Yadav: Centre clears Sarthak-PDS scheme, Rs 25,530 cr outlay
Synopsis
Key Takeaways
Union Environment Minister Bhupender Yadav on Wednesday, 27 May 2026 announced that the Union Cabinet, chaired by Prime Minister Narendra Modi, has approved the Sarthak-PDS scheme — a comprehensive overhaul of the Public Distribution System — with an outlay of Rs 25,530 crore to be spent over the next five years.
Context
Posting on X in Hindi, Yadav wrote: 'पीएम श्री नरेंद्र मोदी जी की अध्यक्षता में केंद्र सरकार ने सार्थक-पीडीएस योजना को स्वीकृति दी' — ('The central government, under the chairmanship of PM Narendra Modi, has approved the Sarthak-PDS scheme'). He added that the scheme would integrate ration transport, food grain distribution, and smart PDS mechanisms to ensure food security reaches the last person.
The announcement was accompanied by a link to an official Press Information Bureau release, signalling a formal Cabinet decision rather than a policy proposal.
Policy Backdrop
India's Public Distribution System operates under the framework of the National Food Security Act, 2013, which guarantees subsidised food grains to approximately 67 per cent of the country's population. Successive governments have pursued PDS modernisation through Aadhaar seeding, digitisation of beneficiary records, and technology-driven monitoring to reduce leakages and improve targeting.
The One Nation One Ration Card scheme, rolled out in phases from 2019 onwards, enabled inter-state portability of ration entitlements — allowing migrant workers and mobile households to access their benefits anywhere in the country. The PM Garib Kalyan Anna Yojana, launched in 2020 during the COVID-19 pandemic, further expanded free food grain distribution and was extended in subsequent years. Sarthak-PDS appears to build on this lineage by consolidating logistics, distribution tracking, and smart delivery into a single integrated architecture.
Stakeholders and Impact
The scheme's primary beneficiaries are PDS ration card holders across India — hundreds of millions of households that depend on the system for subsidised wheat, rice, and other essential commodities.

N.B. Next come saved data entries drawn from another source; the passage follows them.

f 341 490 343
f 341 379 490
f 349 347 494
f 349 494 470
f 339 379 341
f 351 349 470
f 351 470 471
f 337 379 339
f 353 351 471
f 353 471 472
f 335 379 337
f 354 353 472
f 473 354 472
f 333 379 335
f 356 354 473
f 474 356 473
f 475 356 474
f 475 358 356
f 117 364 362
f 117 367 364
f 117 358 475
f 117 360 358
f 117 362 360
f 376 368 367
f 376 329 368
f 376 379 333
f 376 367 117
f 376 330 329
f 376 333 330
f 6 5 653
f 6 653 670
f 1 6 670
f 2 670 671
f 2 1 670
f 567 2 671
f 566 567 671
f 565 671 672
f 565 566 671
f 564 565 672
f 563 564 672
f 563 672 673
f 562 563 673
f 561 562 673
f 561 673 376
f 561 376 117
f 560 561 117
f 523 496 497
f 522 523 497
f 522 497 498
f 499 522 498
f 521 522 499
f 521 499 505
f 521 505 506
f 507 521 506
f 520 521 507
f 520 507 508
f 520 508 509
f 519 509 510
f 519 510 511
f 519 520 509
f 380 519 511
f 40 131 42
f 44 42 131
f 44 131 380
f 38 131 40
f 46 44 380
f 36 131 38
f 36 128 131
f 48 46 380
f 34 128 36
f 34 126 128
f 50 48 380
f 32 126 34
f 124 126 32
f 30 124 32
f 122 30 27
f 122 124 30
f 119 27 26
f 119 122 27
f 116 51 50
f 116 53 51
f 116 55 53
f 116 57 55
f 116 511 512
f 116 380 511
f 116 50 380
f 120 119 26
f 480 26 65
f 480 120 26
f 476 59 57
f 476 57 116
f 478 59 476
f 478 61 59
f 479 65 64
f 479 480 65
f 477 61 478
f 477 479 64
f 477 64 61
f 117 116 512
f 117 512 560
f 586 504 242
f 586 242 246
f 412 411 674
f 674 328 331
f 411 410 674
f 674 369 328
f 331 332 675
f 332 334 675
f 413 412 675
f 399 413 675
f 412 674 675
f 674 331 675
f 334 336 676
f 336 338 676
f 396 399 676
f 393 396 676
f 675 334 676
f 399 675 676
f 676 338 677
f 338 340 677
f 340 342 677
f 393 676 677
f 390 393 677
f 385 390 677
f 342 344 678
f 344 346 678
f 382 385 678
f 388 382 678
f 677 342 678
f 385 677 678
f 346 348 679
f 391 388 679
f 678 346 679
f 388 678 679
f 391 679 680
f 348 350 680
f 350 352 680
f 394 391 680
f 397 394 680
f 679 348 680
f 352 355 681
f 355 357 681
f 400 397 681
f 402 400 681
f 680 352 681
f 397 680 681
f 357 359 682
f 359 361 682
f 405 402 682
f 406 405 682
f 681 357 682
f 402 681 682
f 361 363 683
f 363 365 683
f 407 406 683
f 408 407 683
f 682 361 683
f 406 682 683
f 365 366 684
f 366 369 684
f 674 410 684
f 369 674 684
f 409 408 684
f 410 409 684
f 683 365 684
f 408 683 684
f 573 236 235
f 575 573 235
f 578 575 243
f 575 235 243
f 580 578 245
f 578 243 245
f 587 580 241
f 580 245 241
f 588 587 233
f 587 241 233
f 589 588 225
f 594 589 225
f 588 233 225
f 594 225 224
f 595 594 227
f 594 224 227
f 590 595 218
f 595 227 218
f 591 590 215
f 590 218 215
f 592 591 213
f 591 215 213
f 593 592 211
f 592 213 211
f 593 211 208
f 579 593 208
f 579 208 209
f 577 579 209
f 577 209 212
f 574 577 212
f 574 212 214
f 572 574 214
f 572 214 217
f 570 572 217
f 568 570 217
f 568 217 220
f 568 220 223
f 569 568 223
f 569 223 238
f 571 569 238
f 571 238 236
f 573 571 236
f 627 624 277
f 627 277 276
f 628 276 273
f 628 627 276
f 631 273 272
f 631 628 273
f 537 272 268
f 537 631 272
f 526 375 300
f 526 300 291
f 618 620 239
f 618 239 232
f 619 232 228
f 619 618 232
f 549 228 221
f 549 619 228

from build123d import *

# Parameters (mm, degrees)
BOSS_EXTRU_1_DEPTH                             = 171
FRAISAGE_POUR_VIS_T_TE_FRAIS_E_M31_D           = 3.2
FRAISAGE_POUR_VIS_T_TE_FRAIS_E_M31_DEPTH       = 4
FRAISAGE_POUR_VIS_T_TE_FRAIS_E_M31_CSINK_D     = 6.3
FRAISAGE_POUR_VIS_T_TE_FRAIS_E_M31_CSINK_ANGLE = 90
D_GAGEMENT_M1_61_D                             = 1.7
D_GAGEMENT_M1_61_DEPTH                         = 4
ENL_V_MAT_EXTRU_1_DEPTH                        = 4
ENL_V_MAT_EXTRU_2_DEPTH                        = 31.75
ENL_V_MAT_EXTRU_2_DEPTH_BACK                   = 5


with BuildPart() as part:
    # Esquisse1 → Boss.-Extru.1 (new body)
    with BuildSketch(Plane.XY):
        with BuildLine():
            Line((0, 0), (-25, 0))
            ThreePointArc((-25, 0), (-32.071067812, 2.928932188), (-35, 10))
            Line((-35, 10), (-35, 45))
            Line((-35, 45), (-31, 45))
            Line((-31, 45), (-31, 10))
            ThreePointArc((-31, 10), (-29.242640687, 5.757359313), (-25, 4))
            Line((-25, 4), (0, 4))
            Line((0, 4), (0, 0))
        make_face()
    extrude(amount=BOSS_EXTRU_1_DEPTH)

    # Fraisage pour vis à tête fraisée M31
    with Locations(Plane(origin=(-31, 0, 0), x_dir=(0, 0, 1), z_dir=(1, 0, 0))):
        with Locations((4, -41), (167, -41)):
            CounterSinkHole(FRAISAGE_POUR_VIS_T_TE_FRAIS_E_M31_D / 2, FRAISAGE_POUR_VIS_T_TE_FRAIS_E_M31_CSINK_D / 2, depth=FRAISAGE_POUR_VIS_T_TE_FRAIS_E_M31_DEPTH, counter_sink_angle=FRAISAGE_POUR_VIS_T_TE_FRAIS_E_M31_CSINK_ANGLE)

State food departments and their supply-chain agencies will be key implementation partners, as the scheme involves upgrading transport and last-mile delivery infrastructure.
The integration of 'smart PDS' mechanisms — likely encompassing real-time tracking of grain movement, electronic point-of-sale devices at fair-price shops, and data dashboards — is aimed at closing gaps between central allocations and actual household-level delivery. If executed effectively, the Rs 25,530 crore investment could significantly reduce diversion and ghost-beneficiary fraud that have historically plagued the system.
What's Next
Attention will now shift to state-level rollout timelines and the pace of technology adoption, particularly the deployment of smart PDS dashboards and transport-tracking systems. Parliamentary scrutiny — through questions, standing-committee reviews, and Comptroller and Auditor General audits — will be the primary accountability mechanism for fund utilisation over the five-year window.
With food security remaining a politically sensitive issue ahead of multiple state assembly cycles, the pace and visibility of Sarthak-PDS implementation is likely to feature prominently in both government messaging and opposition critique in the months ahead.